Retype only what runs from the line that contains "f 393 405 406" through the last line of the listing below, both lines included.
━━ AVAILABLE DATA ━━
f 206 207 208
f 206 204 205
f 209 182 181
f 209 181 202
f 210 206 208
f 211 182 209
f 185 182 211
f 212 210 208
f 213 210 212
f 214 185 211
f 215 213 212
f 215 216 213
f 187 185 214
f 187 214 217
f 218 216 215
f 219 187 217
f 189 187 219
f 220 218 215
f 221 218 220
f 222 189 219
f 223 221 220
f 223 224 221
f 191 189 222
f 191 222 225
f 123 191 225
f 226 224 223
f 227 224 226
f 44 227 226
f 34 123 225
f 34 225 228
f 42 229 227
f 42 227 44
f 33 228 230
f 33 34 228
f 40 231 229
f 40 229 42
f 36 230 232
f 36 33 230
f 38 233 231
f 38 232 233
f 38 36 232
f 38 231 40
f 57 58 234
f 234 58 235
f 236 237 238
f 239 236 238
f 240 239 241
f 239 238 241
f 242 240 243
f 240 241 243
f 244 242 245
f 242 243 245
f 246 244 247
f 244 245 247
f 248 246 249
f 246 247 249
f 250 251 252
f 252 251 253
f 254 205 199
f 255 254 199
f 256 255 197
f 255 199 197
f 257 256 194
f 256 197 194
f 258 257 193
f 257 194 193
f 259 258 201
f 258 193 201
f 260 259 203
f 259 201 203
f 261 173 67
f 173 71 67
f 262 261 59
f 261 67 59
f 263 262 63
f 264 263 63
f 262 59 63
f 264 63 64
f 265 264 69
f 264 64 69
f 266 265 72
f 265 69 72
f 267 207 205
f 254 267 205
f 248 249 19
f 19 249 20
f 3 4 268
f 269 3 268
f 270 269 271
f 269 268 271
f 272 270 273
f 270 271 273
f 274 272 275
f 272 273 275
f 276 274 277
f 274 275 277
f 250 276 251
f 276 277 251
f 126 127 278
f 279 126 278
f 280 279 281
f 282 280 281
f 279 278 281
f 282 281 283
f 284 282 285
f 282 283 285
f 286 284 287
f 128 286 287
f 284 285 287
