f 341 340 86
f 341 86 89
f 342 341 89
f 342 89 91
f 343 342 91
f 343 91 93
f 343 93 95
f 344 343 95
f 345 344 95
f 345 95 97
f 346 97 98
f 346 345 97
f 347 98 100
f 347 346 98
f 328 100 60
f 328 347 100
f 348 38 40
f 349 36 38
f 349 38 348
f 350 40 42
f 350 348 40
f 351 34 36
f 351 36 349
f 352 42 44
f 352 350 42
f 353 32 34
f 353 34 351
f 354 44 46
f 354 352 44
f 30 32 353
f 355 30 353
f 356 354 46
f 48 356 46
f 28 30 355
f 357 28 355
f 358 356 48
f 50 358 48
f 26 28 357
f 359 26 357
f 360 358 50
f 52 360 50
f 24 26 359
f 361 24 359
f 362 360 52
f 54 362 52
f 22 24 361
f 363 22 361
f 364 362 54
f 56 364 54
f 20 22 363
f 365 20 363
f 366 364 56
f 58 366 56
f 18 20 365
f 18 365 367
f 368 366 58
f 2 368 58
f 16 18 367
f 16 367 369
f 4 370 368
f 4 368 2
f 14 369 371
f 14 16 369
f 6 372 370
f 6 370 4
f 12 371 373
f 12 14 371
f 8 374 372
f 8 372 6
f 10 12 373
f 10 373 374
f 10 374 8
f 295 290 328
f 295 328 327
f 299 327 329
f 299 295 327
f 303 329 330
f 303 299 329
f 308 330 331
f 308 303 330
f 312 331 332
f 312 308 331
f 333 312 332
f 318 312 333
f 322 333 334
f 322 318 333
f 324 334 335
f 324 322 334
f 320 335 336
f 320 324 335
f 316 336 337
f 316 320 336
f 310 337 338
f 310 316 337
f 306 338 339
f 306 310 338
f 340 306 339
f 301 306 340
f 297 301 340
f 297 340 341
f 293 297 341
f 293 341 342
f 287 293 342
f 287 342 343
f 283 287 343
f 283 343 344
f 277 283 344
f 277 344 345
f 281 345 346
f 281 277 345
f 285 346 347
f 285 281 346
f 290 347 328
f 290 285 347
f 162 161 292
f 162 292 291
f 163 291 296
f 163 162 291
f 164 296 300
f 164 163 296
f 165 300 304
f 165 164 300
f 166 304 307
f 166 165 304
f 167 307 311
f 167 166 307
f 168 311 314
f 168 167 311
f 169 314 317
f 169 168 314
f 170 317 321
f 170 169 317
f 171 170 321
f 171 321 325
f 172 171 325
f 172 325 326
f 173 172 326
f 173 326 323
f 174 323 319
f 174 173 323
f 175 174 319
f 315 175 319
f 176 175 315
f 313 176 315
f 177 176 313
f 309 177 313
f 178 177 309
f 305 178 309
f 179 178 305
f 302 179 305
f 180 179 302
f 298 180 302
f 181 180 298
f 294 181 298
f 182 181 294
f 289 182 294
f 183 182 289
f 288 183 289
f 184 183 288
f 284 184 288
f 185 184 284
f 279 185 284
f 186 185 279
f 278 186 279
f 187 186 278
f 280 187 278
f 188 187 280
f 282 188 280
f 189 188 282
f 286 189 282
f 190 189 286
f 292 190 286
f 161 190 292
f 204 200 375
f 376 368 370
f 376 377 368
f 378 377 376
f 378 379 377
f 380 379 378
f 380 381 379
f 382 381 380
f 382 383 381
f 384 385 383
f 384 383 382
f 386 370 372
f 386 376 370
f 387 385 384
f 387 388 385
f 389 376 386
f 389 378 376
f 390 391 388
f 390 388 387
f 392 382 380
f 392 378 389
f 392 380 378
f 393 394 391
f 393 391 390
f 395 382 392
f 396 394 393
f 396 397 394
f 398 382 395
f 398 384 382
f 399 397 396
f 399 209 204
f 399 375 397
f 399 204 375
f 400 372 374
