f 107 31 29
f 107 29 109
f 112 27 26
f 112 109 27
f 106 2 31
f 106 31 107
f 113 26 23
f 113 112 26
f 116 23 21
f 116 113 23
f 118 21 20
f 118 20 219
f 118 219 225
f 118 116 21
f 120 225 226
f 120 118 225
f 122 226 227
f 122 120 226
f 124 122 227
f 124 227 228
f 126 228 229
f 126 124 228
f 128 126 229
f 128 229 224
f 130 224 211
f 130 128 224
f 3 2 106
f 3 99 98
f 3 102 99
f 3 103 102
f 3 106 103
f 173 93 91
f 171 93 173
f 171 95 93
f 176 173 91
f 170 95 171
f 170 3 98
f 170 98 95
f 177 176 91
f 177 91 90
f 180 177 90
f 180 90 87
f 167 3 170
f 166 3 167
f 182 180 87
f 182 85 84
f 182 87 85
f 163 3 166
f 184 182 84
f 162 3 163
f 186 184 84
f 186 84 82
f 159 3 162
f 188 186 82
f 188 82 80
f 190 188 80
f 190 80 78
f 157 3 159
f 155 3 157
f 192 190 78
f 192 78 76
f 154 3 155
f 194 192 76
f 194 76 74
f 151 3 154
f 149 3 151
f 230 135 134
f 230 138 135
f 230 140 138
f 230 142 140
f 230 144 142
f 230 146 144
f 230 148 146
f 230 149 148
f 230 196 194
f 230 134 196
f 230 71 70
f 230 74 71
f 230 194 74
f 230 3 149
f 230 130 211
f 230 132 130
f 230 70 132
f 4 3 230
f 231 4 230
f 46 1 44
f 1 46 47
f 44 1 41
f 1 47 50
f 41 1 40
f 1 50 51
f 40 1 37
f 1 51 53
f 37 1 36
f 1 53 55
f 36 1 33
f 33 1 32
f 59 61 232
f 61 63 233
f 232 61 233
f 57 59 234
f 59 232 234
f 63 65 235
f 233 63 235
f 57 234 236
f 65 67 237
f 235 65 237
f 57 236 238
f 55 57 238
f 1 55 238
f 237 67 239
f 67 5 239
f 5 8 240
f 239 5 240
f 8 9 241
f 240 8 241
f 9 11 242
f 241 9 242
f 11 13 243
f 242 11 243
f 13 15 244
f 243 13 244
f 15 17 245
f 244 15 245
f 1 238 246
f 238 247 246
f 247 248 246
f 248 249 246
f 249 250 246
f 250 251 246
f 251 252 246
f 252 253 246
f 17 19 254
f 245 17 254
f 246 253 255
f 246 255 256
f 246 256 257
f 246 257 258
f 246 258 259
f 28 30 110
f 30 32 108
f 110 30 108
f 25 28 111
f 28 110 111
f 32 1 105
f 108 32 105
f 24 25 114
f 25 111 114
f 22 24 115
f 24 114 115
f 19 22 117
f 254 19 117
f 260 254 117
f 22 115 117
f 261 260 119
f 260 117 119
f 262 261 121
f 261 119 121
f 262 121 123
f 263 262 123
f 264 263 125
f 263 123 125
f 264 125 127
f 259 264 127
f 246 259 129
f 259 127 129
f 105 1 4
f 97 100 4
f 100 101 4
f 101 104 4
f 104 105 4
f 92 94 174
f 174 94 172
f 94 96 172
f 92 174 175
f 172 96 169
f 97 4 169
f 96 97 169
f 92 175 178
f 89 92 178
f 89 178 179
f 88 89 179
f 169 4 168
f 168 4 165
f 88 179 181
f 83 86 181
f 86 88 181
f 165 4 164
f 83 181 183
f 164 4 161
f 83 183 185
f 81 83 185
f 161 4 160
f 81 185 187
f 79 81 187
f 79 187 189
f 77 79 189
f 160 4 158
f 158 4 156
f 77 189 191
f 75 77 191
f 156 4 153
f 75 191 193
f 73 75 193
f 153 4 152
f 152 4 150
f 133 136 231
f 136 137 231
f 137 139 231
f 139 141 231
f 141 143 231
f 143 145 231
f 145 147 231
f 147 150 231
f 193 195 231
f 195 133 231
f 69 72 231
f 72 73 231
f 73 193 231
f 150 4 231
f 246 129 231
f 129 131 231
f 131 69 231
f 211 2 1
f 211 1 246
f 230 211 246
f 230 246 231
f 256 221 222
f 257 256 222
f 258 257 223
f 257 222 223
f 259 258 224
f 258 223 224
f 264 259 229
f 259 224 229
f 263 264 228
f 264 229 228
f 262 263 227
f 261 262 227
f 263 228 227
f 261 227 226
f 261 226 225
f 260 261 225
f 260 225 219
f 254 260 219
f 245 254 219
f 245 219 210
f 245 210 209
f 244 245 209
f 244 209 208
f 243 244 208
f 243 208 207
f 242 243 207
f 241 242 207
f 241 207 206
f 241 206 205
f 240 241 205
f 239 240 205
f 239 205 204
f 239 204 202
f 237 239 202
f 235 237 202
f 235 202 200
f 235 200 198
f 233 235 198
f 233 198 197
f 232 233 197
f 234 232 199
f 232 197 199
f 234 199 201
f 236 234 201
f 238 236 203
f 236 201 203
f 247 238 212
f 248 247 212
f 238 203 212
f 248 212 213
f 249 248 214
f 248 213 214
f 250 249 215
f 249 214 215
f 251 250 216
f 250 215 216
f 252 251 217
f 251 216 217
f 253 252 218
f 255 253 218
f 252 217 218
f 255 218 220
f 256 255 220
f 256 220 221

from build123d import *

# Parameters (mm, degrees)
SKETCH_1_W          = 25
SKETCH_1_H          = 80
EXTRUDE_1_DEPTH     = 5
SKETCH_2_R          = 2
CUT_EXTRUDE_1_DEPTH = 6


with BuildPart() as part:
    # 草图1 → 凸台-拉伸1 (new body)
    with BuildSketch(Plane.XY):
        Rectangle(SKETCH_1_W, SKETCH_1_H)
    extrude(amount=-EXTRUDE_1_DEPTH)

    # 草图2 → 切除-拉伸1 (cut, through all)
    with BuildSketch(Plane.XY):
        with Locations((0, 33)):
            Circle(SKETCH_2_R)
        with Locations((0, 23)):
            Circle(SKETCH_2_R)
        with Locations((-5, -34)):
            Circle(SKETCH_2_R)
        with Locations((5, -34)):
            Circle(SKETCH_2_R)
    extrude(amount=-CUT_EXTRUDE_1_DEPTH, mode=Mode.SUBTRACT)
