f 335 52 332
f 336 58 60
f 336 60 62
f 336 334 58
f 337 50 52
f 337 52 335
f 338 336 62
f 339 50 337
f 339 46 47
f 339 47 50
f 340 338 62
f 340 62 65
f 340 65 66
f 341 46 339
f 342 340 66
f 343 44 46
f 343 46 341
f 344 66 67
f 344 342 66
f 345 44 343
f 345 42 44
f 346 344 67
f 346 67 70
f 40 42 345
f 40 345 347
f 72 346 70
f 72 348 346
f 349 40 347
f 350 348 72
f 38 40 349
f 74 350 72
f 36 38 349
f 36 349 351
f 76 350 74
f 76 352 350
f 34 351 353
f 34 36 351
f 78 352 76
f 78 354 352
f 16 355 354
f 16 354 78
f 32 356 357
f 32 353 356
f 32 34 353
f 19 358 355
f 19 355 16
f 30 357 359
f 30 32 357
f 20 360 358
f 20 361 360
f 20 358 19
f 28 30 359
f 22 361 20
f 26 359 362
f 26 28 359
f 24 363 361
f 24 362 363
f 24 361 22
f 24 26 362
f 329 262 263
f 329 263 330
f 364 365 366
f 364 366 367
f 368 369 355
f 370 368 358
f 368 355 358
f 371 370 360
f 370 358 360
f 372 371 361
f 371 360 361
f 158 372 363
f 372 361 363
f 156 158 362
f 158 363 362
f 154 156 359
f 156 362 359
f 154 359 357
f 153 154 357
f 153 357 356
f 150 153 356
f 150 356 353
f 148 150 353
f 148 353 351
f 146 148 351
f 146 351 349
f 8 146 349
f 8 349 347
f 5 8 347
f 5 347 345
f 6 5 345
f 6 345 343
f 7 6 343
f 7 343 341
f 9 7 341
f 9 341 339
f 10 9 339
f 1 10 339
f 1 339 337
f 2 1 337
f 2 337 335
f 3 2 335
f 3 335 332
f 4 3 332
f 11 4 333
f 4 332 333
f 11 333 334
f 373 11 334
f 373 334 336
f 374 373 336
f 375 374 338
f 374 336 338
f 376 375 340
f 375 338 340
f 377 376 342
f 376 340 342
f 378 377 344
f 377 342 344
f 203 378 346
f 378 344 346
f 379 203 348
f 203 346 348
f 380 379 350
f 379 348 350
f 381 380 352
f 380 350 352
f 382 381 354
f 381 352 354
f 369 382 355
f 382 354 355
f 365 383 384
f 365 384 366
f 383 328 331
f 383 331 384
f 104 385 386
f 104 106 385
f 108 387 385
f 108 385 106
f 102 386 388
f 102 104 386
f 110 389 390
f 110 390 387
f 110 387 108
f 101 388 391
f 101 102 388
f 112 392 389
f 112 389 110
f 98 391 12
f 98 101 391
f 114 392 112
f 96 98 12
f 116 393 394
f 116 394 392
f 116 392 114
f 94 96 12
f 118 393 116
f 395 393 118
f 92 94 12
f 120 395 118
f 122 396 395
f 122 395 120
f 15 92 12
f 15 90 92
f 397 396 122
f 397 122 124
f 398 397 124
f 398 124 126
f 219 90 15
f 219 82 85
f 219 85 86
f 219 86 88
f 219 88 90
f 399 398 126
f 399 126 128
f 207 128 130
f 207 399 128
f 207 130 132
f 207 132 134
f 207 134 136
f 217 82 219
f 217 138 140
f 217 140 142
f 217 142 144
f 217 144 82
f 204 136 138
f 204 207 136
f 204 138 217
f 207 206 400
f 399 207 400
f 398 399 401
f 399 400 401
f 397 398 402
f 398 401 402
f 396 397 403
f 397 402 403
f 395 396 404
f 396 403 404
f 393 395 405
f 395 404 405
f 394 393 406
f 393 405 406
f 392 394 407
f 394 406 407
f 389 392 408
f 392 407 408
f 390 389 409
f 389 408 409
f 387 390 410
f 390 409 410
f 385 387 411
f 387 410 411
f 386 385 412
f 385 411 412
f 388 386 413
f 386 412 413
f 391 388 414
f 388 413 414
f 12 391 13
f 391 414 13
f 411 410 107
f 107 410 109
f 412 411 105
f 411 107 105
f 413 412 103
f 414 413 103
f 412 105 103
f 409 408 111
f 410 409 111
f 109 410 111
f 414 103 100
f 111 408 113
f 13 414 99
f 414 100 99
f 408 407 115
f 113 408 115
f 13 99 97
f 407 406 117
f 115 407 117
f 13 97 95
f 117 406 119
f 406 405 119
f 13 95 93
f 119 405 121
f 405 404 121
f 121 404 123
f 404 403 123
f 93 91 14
━━━
OUTPUT FOR THIS TASK =>
f 393 405 406
f 392 394 407
f 394 406 407
f 389 392 408
f 392 407 408
f 390 389 409
f 389 408 409
f 387 390 410
f 390 409 410
f 385 387 411
f 387 410 411
f 386 385 412
f 385 411 412
f 388 386 413
f 386 412 413
f 391 388 414
f 388 413 414
f 12 391 13
f 391 414 13
f 411 410 107
f 107 410 109
f 412 411 105
f 411 107 105
f 413 412 103
f 414 413 103
f 412 105 103
f 409 408 111
f 410 409 111
f 109 410 111
f 414 103 100
f 111 408 113
f 13 414 99
f 414 100 99
f 408 407 115
f 113 408 115
f 13 99 97
f 407 406 117
f 115 407 117
f 13 97 95
f 117 406 119
f 406 405 119
f 13 95 93
f 119 405 121
f 405 404 121
f 121 404 123
f 404 403 123
f 93 91 14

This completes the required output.